77 On balance, and adopting the type of approach used in Dahl v Grice, it seems to me more probable than not that the abscess in the thoracic spine is related to the previous bouts of surgery and hence is something to which employment was a significant contributing factor. Even if this were not so, I am of the view that Mr Wearne is correct, and that the plaintiff’s capacity for employment had been destroyed prior the occurrence of the abscess, and that there was a strong likelihood that she would not have a work capacity indefinitely.

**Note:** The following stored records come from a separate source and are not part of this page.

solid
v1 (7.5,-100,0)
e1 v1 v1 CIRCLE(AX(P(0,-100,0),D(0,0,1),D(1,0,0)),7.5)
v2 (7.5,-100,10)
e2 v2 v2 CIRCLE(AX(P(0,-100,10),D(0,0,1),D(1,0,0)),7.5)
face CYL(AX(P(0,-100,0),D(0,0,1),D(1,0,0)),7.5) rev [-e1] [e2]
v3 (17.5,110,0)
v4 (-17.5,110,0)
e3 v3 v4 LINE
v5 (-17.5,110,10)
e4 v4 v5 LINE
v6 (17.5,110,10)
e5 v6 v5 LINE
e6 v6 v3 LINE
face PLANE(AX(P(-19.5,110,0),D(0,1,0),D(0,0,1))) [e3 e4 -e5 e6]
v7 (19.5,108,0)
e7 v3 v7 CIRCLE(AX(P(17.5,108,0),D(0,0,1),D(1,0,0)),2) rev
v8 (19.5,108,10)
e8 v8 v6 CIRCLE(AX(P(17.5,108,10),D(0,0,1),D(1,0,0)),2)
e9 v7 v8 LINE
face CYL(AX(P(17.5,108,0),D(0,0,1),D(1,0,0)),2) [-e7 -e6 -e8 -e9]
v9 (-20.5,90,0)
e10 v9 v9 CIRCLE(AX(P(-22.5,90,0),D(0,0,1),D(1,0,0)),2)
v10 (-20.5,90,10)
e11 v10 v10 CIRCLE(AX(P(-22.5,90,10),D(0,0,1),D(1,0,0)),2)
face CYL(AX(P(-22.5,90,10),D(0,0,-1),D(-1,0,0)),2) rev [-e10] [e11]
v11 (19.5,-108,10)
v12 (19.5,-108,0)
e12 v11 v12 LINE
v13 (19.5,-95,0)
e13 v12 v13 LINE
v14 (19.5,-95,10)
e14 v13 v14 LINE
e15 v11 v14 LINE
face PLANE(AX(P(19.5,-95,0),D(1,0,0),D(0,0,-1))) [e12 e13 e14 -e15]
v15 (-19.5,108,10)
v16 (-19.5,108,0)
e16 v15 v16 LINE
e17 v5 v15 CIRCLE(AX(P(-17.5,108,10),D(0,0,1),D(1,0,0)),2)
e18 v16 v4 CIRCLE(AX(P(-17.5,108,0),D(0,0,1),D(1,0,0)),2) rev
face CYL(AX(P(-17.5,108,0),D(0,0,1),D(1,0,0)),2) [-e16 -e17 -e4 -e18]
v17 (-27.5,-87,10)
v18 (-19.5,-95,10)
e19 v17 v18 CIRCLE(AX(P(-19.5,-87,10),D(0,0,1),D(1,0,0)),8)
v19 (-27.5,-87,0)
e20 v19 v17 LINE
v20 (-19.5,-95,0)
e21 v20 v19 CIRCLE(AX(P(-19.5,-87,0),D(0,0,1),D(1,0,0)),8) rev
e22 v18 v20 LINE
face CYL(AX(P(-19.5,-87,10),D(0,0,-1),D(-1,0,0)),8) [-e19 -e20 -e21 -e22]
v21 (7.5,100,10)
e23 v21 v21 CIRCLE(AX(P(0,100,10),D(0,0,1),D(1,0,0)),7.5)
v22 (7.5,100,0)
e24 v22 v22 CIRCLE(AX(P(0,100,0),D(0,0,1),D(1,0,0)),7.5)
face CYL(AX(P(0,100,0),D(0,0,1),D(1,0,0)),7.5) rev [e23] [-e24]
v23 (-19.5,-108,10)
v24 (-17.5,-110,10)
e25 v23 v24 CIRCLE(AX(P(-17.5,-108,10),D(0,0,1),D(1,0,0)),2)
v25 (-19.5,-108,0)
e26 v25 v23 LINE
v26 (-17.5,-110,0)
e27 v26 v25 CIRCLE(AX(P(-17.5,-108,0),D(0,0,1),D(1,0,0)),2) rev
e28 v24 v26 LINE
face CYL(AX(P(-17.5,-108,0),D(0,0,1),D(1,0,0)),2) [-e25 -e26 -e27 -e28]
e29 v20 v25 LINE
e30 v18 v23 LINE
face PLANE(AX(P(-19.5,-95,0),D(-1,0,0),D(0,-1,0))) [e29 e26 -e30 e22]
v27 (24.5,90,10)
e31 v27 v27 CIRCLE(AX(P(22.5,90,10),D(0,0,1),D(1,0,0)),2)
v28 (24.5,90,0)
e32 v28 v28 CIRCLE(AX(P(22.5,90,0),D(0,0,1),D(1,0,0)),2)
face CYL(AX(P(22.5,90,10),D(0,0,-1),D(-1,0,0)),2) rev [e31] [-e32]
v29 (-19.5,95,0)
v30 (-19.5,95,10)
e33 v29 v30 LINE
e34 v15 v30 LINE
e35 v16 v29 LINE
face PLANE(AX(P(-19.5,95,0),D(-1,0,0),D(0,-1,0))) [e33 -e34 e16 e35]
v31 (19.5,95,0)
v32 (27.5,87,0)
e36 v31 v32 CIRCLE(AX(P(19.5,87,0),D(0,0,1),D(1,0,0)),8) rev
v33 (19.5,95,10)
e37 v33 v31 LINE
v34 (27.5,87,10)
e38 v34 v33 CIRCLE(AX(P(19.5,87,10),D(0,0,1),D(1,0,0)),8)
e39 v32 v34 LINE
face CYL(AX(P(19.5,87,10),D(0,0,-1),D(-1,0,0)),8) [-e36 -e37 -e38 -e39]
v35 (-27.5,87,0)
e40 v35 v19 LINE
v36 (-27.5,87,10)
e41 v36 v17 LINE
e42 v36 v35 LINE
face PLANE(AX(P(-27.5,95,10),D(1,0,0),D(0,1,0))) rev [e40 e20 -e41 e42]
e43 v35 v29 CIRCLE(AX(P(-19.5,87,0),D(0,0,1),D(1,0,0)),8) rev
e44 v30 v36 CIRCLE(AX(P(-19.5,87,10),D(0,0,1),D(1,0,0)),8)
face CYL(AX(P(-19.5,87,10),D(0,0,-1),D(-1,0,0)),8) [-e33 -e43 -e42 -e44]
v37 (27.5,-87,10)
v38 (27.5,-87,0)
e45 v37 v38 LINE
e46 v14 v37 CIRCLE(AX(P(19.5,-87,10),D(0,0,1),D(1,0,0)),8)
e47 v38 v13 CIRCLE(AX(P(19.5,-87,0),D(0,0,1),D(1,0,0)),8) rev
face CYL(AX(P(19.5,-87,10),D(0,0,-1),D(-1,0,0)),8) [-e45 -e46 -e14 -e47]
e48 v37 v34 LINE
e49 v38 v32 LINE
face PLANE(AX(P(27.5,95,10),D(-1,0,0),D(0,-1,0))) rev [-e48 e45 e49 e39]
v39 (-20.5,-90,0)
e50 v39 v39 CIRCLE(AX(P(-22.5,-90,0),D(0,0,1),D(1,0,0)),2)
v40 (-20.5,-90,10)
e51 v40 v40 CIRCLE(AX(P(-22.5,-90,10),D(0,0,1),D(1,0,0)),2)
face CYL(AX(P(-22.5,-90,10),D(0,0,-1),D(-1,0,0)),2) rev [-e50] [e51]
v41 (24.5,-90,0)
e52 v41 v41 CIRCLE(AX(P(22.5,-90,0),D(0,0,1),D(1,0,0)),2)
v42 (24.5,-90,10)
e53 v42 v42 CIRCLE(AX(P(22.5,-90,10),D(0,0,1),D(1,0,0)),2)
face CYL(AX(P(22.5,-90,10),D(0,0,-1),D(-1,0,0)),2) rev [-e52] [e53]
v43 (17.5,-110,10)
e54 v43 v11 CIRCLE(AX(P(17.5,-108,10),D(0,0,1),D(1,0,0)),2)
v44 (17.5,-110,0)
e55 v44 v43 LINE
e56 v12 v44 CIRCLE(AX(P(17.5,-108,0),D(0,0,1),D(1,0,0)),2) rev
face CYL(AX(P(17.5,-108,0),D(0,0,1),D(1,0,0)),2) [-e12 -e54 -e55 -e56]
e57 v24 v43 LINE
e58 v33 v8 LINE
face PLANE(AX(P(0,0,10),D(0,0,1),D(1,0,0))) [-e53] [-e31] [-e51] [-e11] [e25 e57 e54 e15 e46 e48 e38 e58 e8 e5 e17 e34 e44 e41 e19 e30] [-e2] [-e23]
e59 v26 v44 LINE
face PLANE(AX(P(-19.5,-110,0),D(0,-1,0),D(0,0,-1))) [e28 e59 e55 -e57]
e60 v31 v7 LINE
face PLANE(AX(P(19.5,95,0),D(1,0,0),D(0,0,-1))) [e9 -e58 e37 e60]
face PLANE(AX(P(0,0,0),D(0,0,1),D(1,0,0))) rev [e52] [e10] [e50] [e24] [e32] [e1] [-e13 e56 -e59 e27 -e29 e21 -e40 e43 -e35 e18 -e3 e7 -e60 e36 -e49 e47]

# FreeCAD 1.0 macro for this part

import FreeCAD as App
import Part
import Sketcher

V = App.Vector
Q = App.Units.Quantity


def edges_at(feature, points):
    """Names of the edges that pass closest to the given points."""
    edges = feature.Shape.Edges
    near = lambda p: min(range(len(edges)), key=lambda i: edges[i].distToShape(Part.Vertex(*p))[0])
    return sorted({f"Edge{near(p) + 1}" for p in points})


def add_polygon(sketch, points):
    """Adds a closed chain of lines whose ends are joined by coincident constraints."""
    first, n = sketch.GeometryCount, len(points)
    for a, b in zip(points, points[1:] + points[:1]):
        sketch.addGeometry(Part.LineSegment(App.Vector(*a, 0), App.Vector(*b, 0)), False)
    for i in range(n):
        sketch.addConstraint(Sketcher.Constraint("Coincident", first + i, 2, first + (i + 1) % n, 1))

doc = App.newDocument("Part")
body = doc.addObject("PartDesign::Body", "Body")

# Sketch on XY plane
sketch1 = body.newObject("Sketcher::SketchObject", "Sketch")
sketch1.AttachmentSupport = (doc.getObject("XY_Plane"), [""])
sketch1.MapMode = "FlatFace"
add_polygon(sketch1, [(-27.5, 95), (-27.5, -95), (27.5, -95), (27.5, 95)])  # lines 0-3
sketch1.addGeometry(Part.Circle(V(-22.5, -90, 0), V(0, 0, 1), 2), False)  # 4
sketch1.addGeometry(Part.Circle(V(22.5, -90, 0), V(0, 0, 1), 2), False)  # 5
sketch1.addGeometry(Part.Circle(V(-22.5, 90, 0), V(0, 0, 1), 2), False)  # 6
sketch1.addGeometry(Part.Circle(V(22.5, 90, 0), V(0, 0, 1), 2), False)  # 7
sketch1.addConstraint(Sketcher.Constraint("Vertical", 0))
sketch1.addConstraint(Sketcher.Constraint("Horizontal", 1))
sketch1.addConstraint(Sketcher.Constraint("Vertical", 2))
sketch1.addConstraint(Sketcher.Constraint("Horizontal", 3))
sketch1.addConstraint(Sketcher.Constraint("Equal", 4, 5))
sketch1.addConstraint(Sketcher.Constraint("Equal", 5, 6))
sketch1.addConstraint(Sketcher.Constraint("Equal", 6, 7))
sketch1.addConstraint(Sketcher.Constraint("Symmetric", 5, 3, 6, 3, -1, 1))
sketch1.addConstraint(Sketcher.Constraint("Symmetric", 4, 3, 7, 3, -1, 1))
sketch1.addConstraint(Sketcher.Constraint("Symmetric", 0, 2, 2, 2, -1, 1))
sketch1.addConstraint(Sketcher.Constraint("Symmetric", 4, 3, 5, 3, -2))
sketch1.addConstraint(Sketcher.Constraint("Diameter", 4, Q("4 mm")))
sketch1.addConstraint(Sketcher.Constraint("DistanceX", 1, 1, 1, 2, Q("55 mm")))
sketch1.addConstraint(Sketcher.Constraint("DistanceY", 0, 2, 0, 1, Q("190 mm")))
sketch1.addConstraint(Sketcher.Constraint("DistanceY", 4, 3, -1, 1, Q("90 mm")))
sketch1.addConstraint(Sketcher.Constraint("DistanceX", 4, 3, 5, 3, Q("45 mm")))
pad1 = body.newObject("PartDesign::Pad", "Pad")
pad1.Profile = sketch1
pad1.Length = 10
doc.recompute()

fillet = body.newObject("PartDesign::Fillet", "Fillet")
fillet.Base = (pad1, edges_at(pad1, [
    (27.5, -95, 5),
    (-27.5, -95, 5),
    (-27.5, 95, 5),
    (27.5, 95, 5),
]))
fillet.Radius = 8

# Sketch on XY plane
sketch2 = body.newObject("Sketcher::SketchObject", "Sketch001")
sketch2.AttachmentSupport = (doc.getObject("XY_Plane"), [""])
sketch2.MapMode = "FlatFace"
sketch2.AttachmentOffset = App.Placement(V(0, 0, 10), App.Rotation())
add_polygon(sketch2, [(-19.5, 110), (-19.5, 95), (19.5, 95), (19.5, 110)])  # lines 0-3
add_polygon(sketch2, [(-19.5, -95), (-19.5, -110), (19.5, -110), (19.5, -95)])  # lines 4-7
sketch2.addConstraint(Sketcher.Constraint("Vertical", 0))
sketch2.addConstraint(Sketcher.Constraint("Horizontal", 1))
sketch2.addConstraint(Sketcher.Constraint("Vertical", 2))
sketch2.addConstraint(Sketcher.Constraint("Horizontal", 3))
sketch2.addConstraint(Sketcher.Constraint("Vertical", 4))
sketch2.addConstraint(Sketcher.Constraint("Horizontal", 5))
sketch2.addConstraint(Sketcher.Constraint("Vertical", 6))
sketch2.addConstraint(Sketcher.Constraint("Horizontal", 7))
sketch2.addConstraint(Sketcher.Constraint("Symmetric", 2, 2, 4, 2, -1, 1))
sketch2.addConstraint(Sketcher.Constraint("Symmetric", 0, 2, 6, 2, -1, 1))
sketch2.addConstraint(Sketcher.Constraint("Vertical", 3, 2, 4, 2))
sketch2.addConstraint(Sketcher.Constraint("DistanceX", 1, 1, 1, 2, Q("39 mm")))
sketch2.addConstraint(Sketcher.Constraint("DistanceY", 0, 2, 0, 1, Q("15 mm")))
sketch2.addConstraint(Sketcher.Constraint("DistanceY", -1, 1, 0, 2, Q("95 mm")))
pad2 = body.newObject("PartDesign::Pad", "Pad001")
pad2.Profile = sketch2
pad2.Length = 10
pad2.Reversed = True

# Sketch on XY plane
sketch3 = body.newObject("Sketcher::SketchObject", "Sketch002")
sketch3.AttachmentSupport = (doc.getObject("XY_Plane"), [""])
sketch3.MapMode = "FlatFace"
sketch3.AttachmentOffset = App.Placement(V(0, 0, 10), App.Rotation())
sketch3.addGeometry(Part.Circle(V(0, 100, 0), V(0, 0, 1), 7.5), False)
sketch3.addGeometry(Part.Circle(V(0, -100, 0), V(0, 0, 1), 7.5), False)
sketch3.addConstraint(Sketcher.Constraint("Equal", 0, 1))
sketch3.addConstraint(Sketcher.Constraint("Symmetric", 0, 3, 1, 3, -1, 1))
sketch3.addConstraint(Sketcher.Constraint("PointOnObject", 0, 3, -2))
sketch3.addConstraint(Sketcher.Constraint("Diameter", 0, Q("15 mm")))
sketch3.addConstraint(Sketcher.Constraint("DistanceY", -1, 1, 0, 3, Q("100 mm")))
pocket1 = body.newObject("PartDesign::Pocket", "Pocket")
pocket1.Profile = sketch3
pocket1.Length = 10
doc.recompute()

fillet2 = body.newObject("PartDesign::Fillet", "Fillet001")
fillet2.Base = (pocket1, edges_at(pocket1, [
    (-19.5, 110, 5),
    (19.5, 110, 5),
    (-19.5, -110, 5),
    (19.5, -110, 5),
]))
fillet2.Radius = 2

doc.recompute()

78 Accordingly, in my view any argument based upon some intervening factor not related to work and which destroyed an existing capacity does not succeed. On balance, in my opinion, such intervening factor, being the abscess, resulted from the work-related injury. I am also of the view that any capacity for employment possessed by the plaintiff had already been destroyed as at the time of the occurrence of the abscess.
Ruling as to the plaintiff’s capacity for employment
79 In my opinion, the plaintiff has no capacity for employment and this situation will continue indefinitely. Mr Chamings, very properly, stated that, if I made the appropriate findings, since the occurrence of the thoracic surgery there is no one who is prepared to say that the plaintiff has a capacity for work. Of course, Mr Wearne has said that such was the situation prior to the development of the abscess. Dr Tereszkiewicz has remarked that the plaintiff is incapable of returning to work in any capacity. Professor Bittar, in his report of 3 May 2010, repeated his view that the plaintiff has no capacity for any type of work and that her prognosis is poor. I might add that opinions such as these reinforce the view which I had formed after having had the advantage of seeing the plaintiff in court.
Conclusion
80 The plaintiff is successful in relation to each principal head of relief sought by her in the Amended Statement of Claim. I determine that she is entitled to compensation. She is entitled to weekly payments of compensation at the appropriate rate as for a person with no current work capacity within the meaning of the Act. She is entitled to payment of reasonable medical and like expenses, and to a determination or declaration that the defendant is liable to her pursuant to ss.98C and 98E of the Act. I shall hear the parties as to any further ancillary orders required, including those which relate to interest and to the payment of costs.